Eq.\first\ receives contributions from a purely electromagnetic term
$(|M_\gamma|^2)$, a purely weak one $(|\mz|^2)$ and an interference
one ($M_\gamma M_{\spz}^* + \mz M_\gamma^*$), so that it can be cast in the
form
%
\eqn\crsec{
{d^3\sigma^{\ell N}_{nc} \over dx \, dy \, d\phi} = {y \alpha^2 \over 2Q^4}
\sum_{i=\gamma,\gamma \spz, \spz} L_{\mu\nu}^i W^{\mu\nu}_i \eta^i \>,}
%
where $Q^2 = -q^2$ is the squared four-momentum transfer,
$x = Q^2/(2\mn\nu)$, $y=\nu/E$ and $\phi$ is the azimuthal angle of the
final lepton. $L_{\mu\nu}^i$ is the usual leptonic tensor deriving from
the couplings of the $\gamma$ and the $Z^0$ to the lepton. For
negatively charged leptons ($e^-, \mu^-$) one has
%
\eqn\ltens{\eqalign{
L_{\mu\nu}^\gamma &= [\bar u(l^\prime) \gamma_\mu u(l)]^* \,
[\bar u(l^\prime) \gamma_\nu u(l)] \cr
&= 2[(l_\mu l^\prime_\nu + l^\prime_\mu l_\nu
- l \cdot l^\prime g_{\mu\nu}) - i\lambda \epsilon_{\mu\nu\alpha\beta}
l^\alpha l^{\prime \beta}] \cr
L_{\mu\nu}^{\gamma \spz} &= [\bar u(l^\prime) \gamma_\mu (\gv-\ga
\gamma_5) u(l)]^* \, [\bar u(l^\prime) \gamma_\nu u(l)] \cr
&= (\gv-\lambda \ga) L_{\mu\nu}^\gamma \cr
L_{\mu\nu}^{\spz} &= [\bar u(l^\prime) \gamma_\mu (\gv-\ga \gamma_5)u(l)]^*
\, [\bar u(l^\prime) \gamma_\nu (\gv-\ga \gamma_5)u(l)] \cr
&= (\gv-\lambda \ga)^2 L_{\mu\nu}^\gamma \cr}}
%
where $l$ and $\lambda = \pm1$ are, respectively, the four-momentum
and the helicity of the initial lepton and $l^\prime = l - q$ is the
four-momentum of the final lepton. For positively charged leptons
($e^+, \mu^+$) one should simply replace, in the above formula, $\ga$
with $-\ga$ \ref\lp{See, \eg, E.~Leader and E.~Predazzi,
{\it An Introduction to Gauge Theories and the `New Physics'},
Cambridge University Press (1985)}. In our notations
%
\eqn\gagv{\gv = -{1\over 2} + 2 \sin^2\theta_{\scriptscriptstyle W}
\quad\quad\quad
\ga=-{1\over 2}\,.}

The factors $\eta^i$ in Eq.\crsec\ collect some kinematical quantities,
coupling constants and the relative weights of different propagators,
namely:
%
\eqn\etas{\eqalign{
\eta^\gamma &= 1 \cr
\eta^{\gamma \spz} &= \left( {GM_{\spz}^2 \over 2\sqrt2\pi\alpha} \right)
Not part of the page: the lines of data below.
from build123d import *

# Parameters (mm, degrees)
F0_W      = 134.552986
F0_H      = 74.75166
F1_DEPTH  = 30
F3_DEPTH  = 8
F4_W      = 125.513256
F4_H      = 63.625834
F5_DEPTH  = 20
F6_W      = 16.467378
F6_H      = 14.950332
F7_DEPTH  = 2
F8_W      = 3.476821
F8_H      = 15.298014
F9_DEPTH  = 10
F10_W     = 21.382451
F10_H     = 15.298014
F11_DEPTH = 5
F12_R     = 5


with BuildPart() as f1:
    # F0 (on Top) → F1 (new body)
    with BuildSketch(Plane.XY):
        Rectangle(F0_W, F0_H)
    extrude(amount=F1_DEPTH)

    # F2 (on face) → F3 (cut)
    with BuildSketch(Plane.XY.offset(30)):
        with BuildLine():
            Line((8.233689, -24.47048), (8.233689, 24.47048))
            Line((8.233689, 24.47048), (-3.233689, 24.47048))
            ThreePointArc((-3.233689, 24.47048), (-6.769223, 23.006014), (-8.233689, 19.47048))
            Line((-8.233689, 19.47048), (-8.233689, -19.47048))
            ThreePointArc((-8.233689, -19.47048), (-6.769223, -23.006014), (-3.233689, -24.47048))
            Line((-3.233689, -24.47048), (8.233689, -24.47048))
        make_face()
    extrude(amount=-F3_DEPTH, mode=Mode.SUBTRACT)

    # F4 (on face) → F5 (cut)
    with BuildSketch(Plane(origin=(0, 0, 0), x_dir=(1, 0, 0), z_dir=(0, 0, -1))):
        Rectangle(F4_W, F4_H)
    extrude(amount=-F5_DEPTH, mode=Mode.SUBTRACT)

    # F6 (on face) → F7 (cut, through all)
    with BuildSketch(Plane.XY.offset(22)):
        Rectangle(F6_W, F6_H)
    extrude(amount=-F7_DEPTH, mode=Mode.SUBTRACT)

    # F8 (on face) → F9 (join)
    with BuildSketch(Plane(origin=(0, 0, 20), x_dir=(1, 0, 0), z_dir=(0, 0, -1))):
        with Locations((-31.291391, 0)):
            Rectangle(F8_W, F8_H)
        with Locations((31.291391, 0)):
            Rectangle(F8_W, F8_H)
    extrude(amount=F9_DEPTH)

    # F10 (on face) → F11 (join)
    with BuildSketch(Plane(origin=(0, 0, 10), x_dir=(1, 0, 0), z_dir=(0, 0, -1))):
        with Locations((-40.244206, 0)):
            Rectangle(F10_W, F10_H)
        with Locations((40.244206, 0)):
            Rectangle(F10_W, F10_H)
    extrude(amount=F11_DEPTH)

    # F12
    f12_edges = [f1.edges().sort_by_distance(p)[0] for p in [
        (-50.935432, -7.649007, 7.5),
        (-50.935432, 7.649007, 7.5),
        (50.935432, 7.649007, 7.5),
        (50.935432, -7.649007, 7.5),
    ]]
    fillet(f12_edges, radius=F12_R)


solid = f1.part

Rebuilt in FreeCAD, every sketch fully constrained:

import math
import FreeCAD as App
import Part
import Sketcher


def edges_at(feature, points):
    """Names of the edges that pass closest to the given points."""
    edges = feature.Shape.Edges
    near = lambda p: min(range(len(edges)), key=lambda i: edges[i].distToShape(Part.Vertex(*p))[0])
    return sorted({f"Edge{near(p) + 1}" for p in points})

doc = App.newDocument("Part")
body = doc.addObject("PartDesign::Body", "Body")

# Sketch on XY plane
sketch1 = body.newObject("Sketcher::SketchObject", "Sketch")
sketch1.AttachmentSupport = (doc.getObject("XY_Plane"), [""])
sketch1.MapMode = "FlatFace"
sketch1.addGeometry([
    Part.LineSegment(App.Vector(-67.276493, 37.37583, 0), App.Vector(-67.276493, -37.37583, 0)),
    Part.LineSegment(App.Vector(-67.276493, -37.37583, 0), App.Vector(67.276493, -37.37583, 0)),
    Part.LineSegment(App.Vector(67.276493, -37.37583, 0), App.Vector(67.276493, 37.37583, 0)),
    Part.LineSegment(App.Vector(67.276493, 37.37583, 0), App.Vector(-67.276493, 37.37583, 0)),
], False)
sketch1.addConstraint([
    Sketcher.Constraint("Coincident", 0, 2, 1, 1),
    Sketcher.Constraint("Coincident", 1, 2, 2, 1),
    Sketcher.Constraint("Coincident", 2, 2, 3, 1),
    Sketcher.Constraint("Coincident", 3, 2, 0, 1),
    Sketcher.Constraint("Vertical", 0),
    Sketcher.Constraint("Horizontal", 1),
    Sketcher.Constraint("Vertical", 2),
    Sketcher.Constraint("Horizontal", 3),
    Sketcher.Constraint("Symmetric", 0, 2, 2, 2, -1, 1),
    Sketcher.Constraint("DistanceY", 0, 2, 0, 1, 74.75166),
    Sketcher.Constraint("DistanceX", 1, 1, 1, 2, 134.552986),
])
pad1 = body.newObject("PartDesign::Pad", "Pad")
pad1.Profile = sketch1
pad1.Length = 30

# Sketch on XY plane
sketch2 = body.newObject("Sketcher::SketchObject", "Sketch001")
sketch2.AttachmentSupport = (doc.getObject("XY_Plane"), [""])
sketch2.MapMode = "FlatFace"
sketch2.AttachmentOffset = App.Placement(App.Vector(0, 0, 30), App.Rotation())
sketch2.addGeometry([
    Part.LineSegment(App.Vector(8.233689, -24.47048, 0), App.Vector(8.233689, 24.47048, 0)),  # 0
    Part.LineSegment(App.Vector(8.233689, 24.47048, 0), App.Vector(-3.233689, 24.47048, 0)),  # 1
    Part.ArcOfCircle(Part.Circle(App.Vector(-3.233689, 19.47048, 0), App.Vector(0, 0, 1), 5), math.radians(89.999996), math.radians(180.000004)),  # 2
    Part.LineSegment(App.Vector(-8.233689, 19.47048, 0), App.Vector(-8.233689, -19.47048, 0)),  # 3
    Part.ArcOfCircle(Part.Circle(App.Vector(-3.233689, -19.47048, 0), App.Vector(0, 0, 1), 5), math.radians(179.999996), math.radians(270.000004)),  # 4
    Part.LineSegment(App.Vector(-3.233689, -24.47048, 0), App.Vector(8.233689, -24.47048, 0)),  # 5
], False)
sketch2.addConstraint([
    Sketcher.Constraint("Coincident", 0, 2, 1, 1),
    Sketcher.Constraint("Tangent", 1, 2, 2, 1),
    Sketcher.Constraint("Tangent", 2, 2, 3, 1),
    Sketcher.Constraint("Tangent", 3, 2, 4, 1),
    Sketcher.Constraint("Tangent", 4, 2, 5, 1),
    Sketcher.Constraint("Coincident", 5, 2, 0, 1),
    Sketcher.Constraint("Vertical", 0),
    Sketcher.Constraint("Horizontal", 1),
    Sketcher.Constraint("Vertical", 3),
    Sketcher.Constraint("Horizontal", 5),
    Sketcher.Constraint("Equal", 2, 4),
    Sketcher.Constraint("Radius", 2, 5.0),
    Sketcher.Constraint("DistanceY", 0, 1, 0, 2, 48.94096),
    Sketcher.Constraint("DistanceX", 1, 2, 1, 1, 11.467378),
    Sketcher.Constraint("DistanceX", 2, 3, -1, 1, 3.233689),
    Sketcher.Constraint("DistanceY", -1, 1, 2, 3, 19.47048),
])
pocket1 = body.newObject("PartDesign::Pocket", "Pocket")
pocket1.Profile = sketch2
pocket1.Length = 8

# Sketch on XY plane
sketch3 = body.newObject("Sketcher::SketchObject", "Sketch002")
sketch3.AttachmentSupport = (doc.getObject("XY_Plane"), [""])
sketch3.MapMode = "FlatFace"
sketch3.addGeometry([
    Part.LineSegment(App.Vector(-62.756628, -31.812917, 0), App.Vector(-62.756628, 31.812917, 0)),
    Part.LineSegment(App.Vector(-62.756628, 31.812917, 0), App.Vector(62.756628, 31.812917, 0)),
    Part.LineSegment(App.Vector(62.756628, 31.812917, 0), App.Vector(62.756628, -31.812917, 0)),
    Part.LineSegment(App.Vector(62.756628, -31.812917, 0), App.Vector(-62.756628, -31.812917, 0)),
], False)
sketch3.addConstraint([
    Sketcher.Constraint("Coincident", 0, 2, 1, 1),
    Sketcher.Constraint("Coincident", 1, 2, 2, 1),
    Sketcher.Constraint("Coincident", 2, 2, 3, 1),
    Sketcher.Constraint("Coincident", 3, 2, 0, 1),
    Sketcher.Constraint("Vertical", 0),
    Sketcher.Constraint("Horizontal", 1),
    Sketcher.Constraint("Vertical", 2),
    Sketcher.Constraint("Horizontal", 3),
    Sketcher.Constraint("Symmetric", 0, 2, 2, 2, -1, 1),
    Sketcher.Constraint("DistanceX", 1, 1, 1, 2, 125.513256),
    Sketcher.Constraint("DistanceY", 0, 1, 0, 2, 63.625834),
])
pocket2 = body.newObject("PartDesign::Pocket", "Pocket001")
pocket2.Profile = sketch3
pocket2.Length = 20
pocket2.Reversed = True

# Sketch on XY plane
sketch4 = body.newObject("Sketcher::SketchObject", "Sketch003")
sketch4.AttachmentSupport = (doc.getObject("XY_Plane"), [""])
sketch4.MapMode = "FlatFace"
sketch4.AttachmentOffset = App.Placement(App.Vector(0, 0, 22), App.Rotation())
sketch4.addGeometry([
    Part.LineSegment(App.Vector(-8.233689, 7.475166, 0), App.Vector(-8.233689, -7.475166, 0)),
    Part.LineSegment(App.Vector(-8.233689, -7.475166, 0), App.Vector(8.233689, -7.475166, 0)),
    Part.LineSegment(App.Vector(8.233689, -7.475166, 0), App.Vector(8.233689, 7.475166, 0)),
    Part.LineSegment(App.Vector(8.233689, 7.475166, 0), App.Vector(-8.233689, 7.475166, 0)),
], False)
sketch4.addConstraint([
    Sketcher.Constraint("Coincident", 0, 2, 1, 1),
    Sketcher.Constraint("Coincident", 1, 2, 2, 1),
    Sketcher.Constraint("Coincident", 2, 2, 3, 1),
    Sketcher.Constraint("Coincident", 3, 2, 0, 1),
    Sketcher.Constraint("Vertical", 0),
    Sketcher.Constraint("Horizontal", 1),
    Sketcher.Constraint("Vertical", 2),
    Sketcher.Constraint("Horizontal", 3),
    Sketcher.Constraint("Symmetric", 0, 2, 2, 2, -1, 1),
    Sketcher.Constraint("DistanceX", 1, 1, 1, 2, 16.467378),
    Sketcher.Constraint("DistanceY", 0, 2, 0, 1, 14.950332),
])
pocket3 = body.newObject("PartDesign::Pocket", "Pocket002")
pocket3.Profile = sketch4
pocket3.Type = "ThroughAll"

# Sketch on XY plane
sketch5 = body.newObject("Sketcher::SketchObject", "Sketch004")
sketch5.AttachmentSupport = (doc.getObject("XY_Plane"), [""])
sketch5.MapMode = "FlatFace"
sketch5.AttachmentOffset = App.Placement(App.Vector(0, 0, 20), App.Rotation())
sketch5.addGeometry([
    Part.LineSegment(App.Vector(-33.029801, -7.649007, 0), App.Vector(-33.029801, 7.649007, 0)),  # 0
    Part.LineSegment(App.Vector(-33.029801, 7.649007, 0), App.Vector(-29.552981, 7.649007, 0)),  # 1
    Part.LineSegment(App.Vector(-29.552981, 7.649007, 0), App.Vector(-29.552981, -7.649007, 0)),  # 2
    Part.LineSegment(App.Vector(-29.552981, -7.649007, 0), App.Vector(-33.029801, -7.649007, 0)),  # 3
    Part.LineSegment(App.Vector(29.552981, -7.649007, 0), App.Vector(29.552981, 7.649007, 0)),  # 4
    Part.LineSegment(App.Vector(29.552981, 7.649007, 0), App.Vector(33.029801, 7.649007, 0)),  # 5
    Part.LineSegment(App.Vector(33.029801, 7.649007, 0), App.Vector(33.029801, -7.649007, 0)),  # 6
    Part.LineSegment(App.Vector(33.029801, -7.649007, 0), App.Vector(29.552981, -7.649007, 0)),  # 7
], False)
sketch5.addConstraint([
    Sketcher.Constraint("Coincident", 0, 2, 1, 1),
    Sketcher.Constraint("Coincident", 1, 2, 2, 1),
    Sketcher.Constraint("Coincident", 2, 2, 3, 1),
    Sketcher.Constraint("Coincident", 3, 2, 0, 1),
    Sketcher.Constraint("Coincident", 4, 2, 5, 1),
    Sketcher.Constraint("Coincident", 5, 2, 6, 1),
    Sketcher.Constraint("Coincident", 6, 2, 7, 1),
    Sketcher.Constraint("Coincident", 7, 2, 4, 1),
    Sketcher.Constraint("Vertical", 0),
    Sketcher.Constraint("Horizontal", 1),
    Sketcher.Constraint("Vertical", 2),
    Sketcher.Constraint("Horizontal", 3),
    Sketcher.Constraint("Vertical", 4),
    Sketcher.Constraint("Horizontal", 5),
    Sketcher.Constraint("Vertical", 6),
    Sketcher.Constraint("Horizontal", 7),
    Sketcher.Constraint("Symmetric", 2, 2, 4, 2, -1, 1),
    Sketcher.Constraint("Symmetric", 0, 2, 6, 2, -1, 1),
    Sketcher.Constraint("Horizontal", 1, 2, 4, 2),
    Sketcher.Constraint("DistanceX", 1, 1, 1, 2, 3.476821),
    Sketcher.Constraint("DistanceX", 0, 2, -1, 1, 33.029801),
    Sketcher.Constraint("DistanceY", 0, 1, 0, 2, 15.298014),
])
pad2 = body.newObject("PartDesign::Pad", "Pad001")
pad2.Profile = sketch5
pad2.Length = 10
pad2.Reversed = True

# Sketch on XY plane
sketch6 = body.newObject("Sketcher::SketchObject", "Sketch005")
sketch6.AttachmentSupport = (doc.getObject("XY_Plane"), [""])
sketch6.MapMode = "FlatFace"
sketch6.AttachmentOffset = App.Placement(App.Vector(0, 0, 10), App.Rotation())
sketch6.addGeometry([
    Part.LineSegment(App.Vector(-50.935431, -7.649007, 0), App.Vector(-50.935431, 7.649007, 0)),  # 0
    Part.LineSegment(App.Vector(-50.935431, 7.649007, 0), App.Vector(-29.552981, 7.649007, 0)),  # 1
    Part.LineSegment(App.Vector(-29.552981, 7.649007, 0), App.Vector(-29.552981, -7.649007, 0)),  # 2
    Part.LineSegment(App.Vector(-29.552981, -7.649007, 0), App.Vector(-50.935431, -7.649007, 0)),  # 3
    Part.LineSegment(App.Vector(29.552981, -7.649007, 0), App.Vector(29.552981, 7.649007, 0)),  # 4
    Part.LineSegment(App.Vector(29.552981, 7.649007, 0), App.Vector(50.935431, 7.649007, 0)),  # 5
    Part.LineSegment(App.Vector(50.935431, 7.649007, 0), App.Vector(50.935431, -7.649007, 0)),  # 6
    Part.LineSegment(App.Vector(50.935431, -7.649007, 0), App.Vector(29.552981, -7.649007, 0)),  # 7
], False)
sketch6.addConstraint([
    Sketcher.Constraint("Coincident", 0, 2, 1, 1),
    Sketcher.Constraint("Coincident", 1, 2, 2, 1),
    Sketcher.Constraint("Coincident", 2, 2, 3, 1),
    Sketcher.Constraint("Coincident", 3, 2, 0, 1),
    Sketcher.Constraint("Coincident", 4, 2, 5, 1),
    Sketcher.Constraint("Coincident", 5, 2, 6, 1),
    Sketcher.Constraint("Coincident", 6, 2, 7, 1),
    Sketcher.Constraint("Coincident", 7, 2, 4, 1),
    Sketcher.Constraint("Vertical", 0),
    Sketcher.Constraint("Horizontal", 1),
    Sketcher.Constraint("Vertical", 2),
    Sketcher.Constraint("Horizontal", 3),
    Sketcher.Constraint("Vertical", 4),
    Sketcher.Constraint("Horizontal", 5),
    Sketcher.Constraint("Vertical", 6),
    Sketcher.Constraint("Horizontal", 7),
    Sketcher.Constraint("Symmetric", 2, 2, 4, 2, -1, 1),
    Sketcher.Constraint("Symmetric", 0, 2, 6, 2, -1, 1),
    Sketcher.Constraint("Horizontal", 1, 2, 4, 2),
    Sketcher.Constraint("DistanceX", 1, 1, 1, 2, 21.382451),
    Sketcher.Constraint("DistanceY", 0, 1, 0, 2, 15.298014),
    Sketcher.Constraint("DistanceX", 0, 2, -1, 1, 50.935431),
])
pad3 = body.newObject("PartDesign::Pad", "Pad002")
pad3.Profile = sketch6
pad3.Length = 5
pad3.Reversed = True
doc.recompute()

fillet = body.newObject("PartDesign::Fillet", "Fillet")
fillet.Base = (pad3, edges_at(pad3, [
    (-50.935, -7.649, 7.5),
    (-50.935, 7.649, 7.5),
    (50.935, 7.649, 7.5),
    (50.935, -7.649, 7.5),
]))
fillet.Radius = 5

doc.recompute()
\left( {Q^2 \over Q^2 + M_{\spz}^2} \right) \cr
\eta^{\spz} &= (\eta^{\gamma \spz})^2 \cr}}
%
where $G$ is the Fermi coupling constant and $\mz$ is the $Z^0$ mass.
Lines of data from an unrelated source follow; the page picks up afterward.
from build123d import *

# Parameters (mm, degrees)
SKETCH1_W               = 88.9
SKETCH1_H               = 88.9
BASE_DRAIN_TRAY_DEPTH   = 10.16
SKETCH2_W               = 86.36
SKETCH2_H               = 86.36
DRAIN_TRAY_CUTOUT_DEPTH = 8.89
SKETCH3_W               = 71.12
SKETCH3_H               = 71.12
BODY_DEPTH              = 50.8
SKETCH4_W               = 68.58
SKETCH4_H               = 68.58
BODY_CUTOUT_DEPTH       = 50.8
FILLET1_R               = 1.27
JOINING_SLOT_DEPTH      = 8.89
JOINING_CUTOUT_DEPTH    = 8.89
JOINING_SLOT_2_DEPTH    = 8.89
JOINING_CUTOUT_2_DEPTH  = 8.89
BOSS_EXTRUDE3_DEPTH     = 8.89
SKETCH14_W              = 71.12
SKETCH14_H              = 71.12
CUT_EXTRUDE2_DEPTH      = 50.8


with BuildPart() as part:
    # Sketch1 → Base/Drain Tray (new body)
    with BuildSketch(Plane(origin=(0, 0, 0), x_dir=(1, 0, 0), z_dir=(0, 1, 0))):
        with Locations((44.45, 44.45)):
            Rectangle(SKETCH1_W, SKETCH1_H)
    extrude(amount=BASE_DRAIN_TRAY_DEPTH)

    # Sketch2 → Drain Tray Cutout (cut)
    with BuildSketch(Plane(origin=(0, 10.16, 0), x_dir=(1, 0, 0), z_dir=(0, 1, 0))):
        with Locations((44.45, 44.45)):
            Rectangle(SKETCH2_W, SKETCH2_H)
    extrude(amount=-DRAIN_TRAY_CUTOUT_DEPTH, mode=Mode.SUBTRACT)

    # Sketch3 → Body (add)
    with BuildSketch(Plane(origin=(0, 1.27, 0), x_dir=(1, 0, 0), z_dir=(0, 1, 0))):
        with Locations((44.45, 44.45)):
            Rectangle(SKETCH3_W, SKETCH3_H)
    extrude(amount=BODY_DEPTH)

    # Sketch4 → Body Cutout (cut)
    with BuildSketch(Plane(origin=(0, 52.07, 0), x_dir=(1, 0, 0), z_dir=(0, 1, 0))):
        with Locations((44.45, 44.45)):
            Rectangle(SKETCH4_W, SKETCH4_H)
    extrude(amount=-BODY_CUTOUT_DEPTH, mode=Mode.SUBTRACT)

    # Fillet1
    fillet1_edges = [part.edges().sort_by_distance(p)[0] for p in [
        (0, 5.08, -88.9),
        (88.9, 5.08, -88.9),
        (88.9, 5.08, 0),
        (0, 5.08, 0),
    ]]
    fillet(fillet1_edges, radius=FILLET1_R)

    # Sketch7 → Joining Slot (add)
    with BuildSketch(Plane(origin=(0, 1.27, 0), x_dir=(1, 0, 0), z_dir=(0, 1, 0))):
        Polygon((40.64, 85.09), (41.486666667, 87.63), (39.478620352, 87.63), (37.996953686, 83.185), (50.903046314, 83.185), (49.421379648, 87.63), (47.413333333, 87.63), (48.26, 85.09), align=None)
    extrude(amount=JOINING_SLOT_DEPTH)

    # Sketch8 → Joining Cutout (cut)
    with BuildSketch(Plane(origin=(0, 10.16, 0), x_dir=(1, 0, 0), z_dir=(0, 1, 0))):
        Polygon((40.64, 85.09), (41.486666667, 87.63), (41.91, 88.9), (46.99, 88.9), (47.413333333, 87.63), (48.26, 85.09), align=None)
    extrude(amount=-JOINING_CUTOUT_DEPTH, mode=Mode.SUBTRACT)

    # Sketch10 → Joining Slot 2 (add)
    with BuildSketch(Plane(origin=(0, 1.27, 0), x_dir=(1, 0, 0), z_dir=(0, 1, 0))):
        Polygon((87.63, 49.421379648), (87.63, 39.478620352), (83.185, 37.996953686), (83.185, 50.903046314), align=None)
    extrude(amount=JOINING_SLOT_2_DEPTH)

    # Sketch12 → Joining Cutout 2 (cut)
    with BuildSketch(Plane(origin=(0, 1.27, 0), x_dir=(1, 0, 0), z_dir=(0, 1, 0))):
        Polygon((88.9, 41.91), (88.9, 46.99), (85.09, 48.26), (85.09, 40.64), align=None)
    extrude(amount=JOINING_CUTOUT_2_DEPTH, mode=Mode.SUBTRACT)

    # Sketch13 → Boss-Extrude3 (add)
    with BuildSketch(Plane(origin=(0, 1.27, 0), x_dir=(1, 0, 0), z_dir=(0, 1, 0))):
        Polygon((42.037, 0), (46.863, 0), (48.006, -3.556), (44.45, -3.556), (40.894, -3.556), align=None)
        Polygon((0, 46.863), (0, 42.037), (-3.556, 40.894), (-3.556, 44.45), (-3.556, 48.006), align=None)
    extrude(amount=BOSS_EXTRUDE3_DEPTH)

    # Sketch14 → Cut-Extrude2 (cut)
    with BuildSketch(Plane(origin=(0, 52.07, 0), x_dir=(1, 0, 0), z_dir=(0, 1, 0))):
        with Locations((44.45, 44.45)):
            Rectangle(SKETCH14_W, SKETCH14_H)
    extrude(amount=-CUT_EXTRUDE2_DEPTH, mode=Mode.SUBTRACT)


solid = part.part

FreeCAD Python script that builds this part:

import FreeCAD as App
import Part
import Sketcher

V = App.Vector
Q = App.Units.Quantity


def edges_at(feature, points):
    """Names of the edges that pass closest to the given points."""
    edges = feature.Shape.Edges
    near = lambda p: min(range(len(edges)), key=lambda i: edges[i].distToShape(Part.Vertex(*p))[0])
    return sorted({f"Edge{near(p) + 1}" for p in points})

doc = App.newDocument("Part")
params = doc.addObject("Spreadsheet::Sheet", "Params")
for row, (alias, value) in enumerate([
    ("sketch1_width", "3.5 in"),
    ("pad1_length", "0.4 in"),
    ("sketch2_width", "3.4 in"),
    ("pocket1_length", "0.35 in"),
    ("sketch3_width", "2.8 in"),
    ("pad2_length", "2 in"),
    ("sketch4_width", "2.7 in"),
    ("pocket2_length", "2 in"),
    ("fillet_radius", "0.05 in"),
    ("sketch5_width", "0.3 in"),
    ("pad3_length", "0.35 in"),
    ("sketch6_width", "0.3 in"),
    ("sketch6_width2", "0.2 in"),
    ("pocket3_length", "0.35 in"),
    ("pad4_length", "0.35 in"),
    ("sketch8_height", "0.2 in"),
    ("sketch8_height2", "0.3 in"),
    ("pocket4_length", "0.35 in"),
    ("sketch9_width", "0.19 in"),
    ("sketch9_width2", "0.28 in"),
    ("pad5_length", "0.35 in"),
    ("sketch10_width", "2.8 in"),
    ("pocket5_length", "2 in"),
], start=1):
    params.set(f"A{row}", alias)
    params.set(f"B{row}", "=" + value)
    params.setAlias(f"B{row}", alias)

body = doc.addObject("PartDesign::Body", "Body")

# Sketch on XZ plane
sketch1 = body.newObject("Sketcher::SketchObject", "Sketch")
sketch1.AttachmentSupport = (doc.getObject("XZ_Plane"), [""])
sketch1.MapMode = "FlatFace"
sketch1.addGeometry([
    Part.LineSegment(V(0, -89, 0), V(0, 0, 0)),
    Part.LineSegment(V(0, 0, 0), V(89, 0, 0)),
    Part.LineSegment(V(89, 0, 0), V(89, -89, 0)),
    Part.LineSegment(V(89, -89, 0), V(0, -89, 0)),
], False)
sketch1.addConstraint([
    Sketcher.Constraint("Coincident", 0, 2, 1, 1),
    Sketcher.Constraint("Coincident", 1, 2, 2, 1),
    Sketcher.Constraint("Coincident", 2, 2, 3, 1),
    Sketcher.Constraint("Coincident", 3, 2, 0, 1),
    Sketcher.Constraint("Vertical", 0),
    Sketcher.Constraint("Horizontal", 1),
    Sketcher.Constraint("Vertical", 2),
    Sketcher.Constraint("Horizontal", 3),
    Sketcher.Constraint("Coincident", 0, 2, -1, 1),
    Sketcher.Constraint("Equal", 3, 0),
    Sketcher.Constraint("DistanceX", 1, 1, 1, 2, Q("3.5 in")),
])
sketch1.setExpression("Constraints[10]", "Params.sketch1_width")
pad1 = body.newObject("PartDesign::Pad", "Pad")
pad1.Profile = sketch1
pad1.setExpression("Length", "Params.pad1_length")
pad1.Reversed = True

# Sketch on XZ plane
sketch2 = body.newObject("Sketcher::SketchObject", "Sketch001")
sketch2.AttachmentSupport = (doc.getObject("XZ_Plane"), [""])
sketch2.MapMode = "FlatFace"
sketch2.AttachmentOffset = App.Placement(V(0, 0, -0.4 * 25.4), App.Rotation())
sketch2.addGeometry([
    Part.LineSegment(V(1, -88, 0), V(1, -1, 0)),
    Part.LineSegment(V(1, -1, 0), V(88, -1, 0)),
    Part.LineSegment(V(88, -1, 0), V(88, -88, 0)),
    Part.LineSegment(V(88, -88, 0), V(1, -88, 0)),
], False)
sketch2.addConstraint([
    Sketcher.Constraint("Coincident", 0, 2, 1, 1),
    Sketcher.Constraint("Coincident", 1, 2, 2, 1),
    Sketcher.Constraint("Coincident", 2, 2, 3, 1),
    Sketcher.Constraint("Coincident", 3, 2, 0, 1),
    Sketcher.Constraint("Vertical", 0),
    Sketcher.Constraint("Horizontal", 1),
    Sketcher.Constraint("Vertical", 2),
    Sketcher.Constraint("Horizontal", 3),
    Sketcher.Constraint("Equal", 3, 0),
    Sketcher.Constraint("DistanceX", 1, 1, 1, 2, Q("3.4 in")),
    Sketcher.Constraint("DistanceX", -1, 1, 0, 2, Q("0.05 in")),
    Sketcher.Constraint("DistanceY", 0, 2, -1, 1, Q("0.05 in")),
])
sketch2.setExpression("Constraints[9]", "Params.sketch2_width")
pocket1 = body.newObject("PartDesign::Pocket", "Pocket")
pocket1.Profile = sketch2
pocket1.setExpression("Length", "Params.pocket1_length")
pocket1.Reversed = True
Notice that $GM_{\spz}^2 / (2\sqrt2\pi\alpha) = (4\sin^2\tw
\cos^2\tw)^{-1} \simeq 4/3$.

Finally, the hadronic tensor $W^{\mu\nu}_i$ defines the coupling of the
electromagnetic ($J_\gamma$) and the weak ($J_{\spz}$) current to the nucleon
with its transition to all possible final states $X$ \lp,
%
\eqn\htensg{\eqalign{
W^{\mu\nu}_\gamma &= \sum_X <X|J^\mu_\gamma|N>^* <X|J^\nu_\gamma|N>
(2\pi)^3 \delta (\px-p-q) \cr
W^{\mu\nu}_{\gamma \spz} &= \sum_X \bigl[ <X|J^\mu_{\spz}|N>^*
<X|J^\nu_\gamma|N> \cr
& \quad\quad + <X|J^\mu_\gamma|N>^* <X|J^\nu_{\spz}|N>
\bigr] (2\pi)^3 \delta (\px-p-q) \cr
W^{\mu\nu}_{\spz} &= \sum_X <X|J^\mu_{\spz}|N>^* <X|J^\nu_{\spz}|N>
(2\pi)^3 \delta (\px-p-q) \cr}}
%
where $\px$ is the total four-momentum of the state $X$. Exploiting
Lorentz and CP invariance the hadronic tensor can be expressed
in terms of $q^\mu$, the nucleon four-momentum $p^\mu$, its spin $S^\mu$
and 8 independent structure functions \bart, as

\eqn\htens{\eqalign{
{1\over 2\mn} W^i_{\mu\nu} &= -{g_{\mu\nu} \over \mn} \, F_1^i
+{p_\mu p_\nu\over \mn (p\cdot q)}\,F_2^i \cr
& +i{\epsilon_{\mu\nu\alpha\beta}\over 2(p\cdot q)} \left[
{p^\alpha q^\beta \over \mn} \, F_3^i + 2 q^\alpha S^\beta \, g_1^i -
4x p^\alpha S^\beta \, g_2^i \right] \cr
&-{p_\mu S_\nu + S_\mu p_\nu \over 2(p\cdot q)} \, g_3^i +
{S\cdot q \over (p\cdot q)^2} \, p_\mu p_\nu \, g_4^i
+{S\cdot q\over p\cdot q} \, g_{\mu\nu} \, g_5^i \,.\cr}}
%
Notice that terms proportional to $q^\mu$ or $q^\nu$ can be dropped in
the definition of $W^i_{\mu\nu}$ because they give no contribution
(in the $m_\ell/E \to 0$ limit) when contracted with $L_i^{\mu\nu}$.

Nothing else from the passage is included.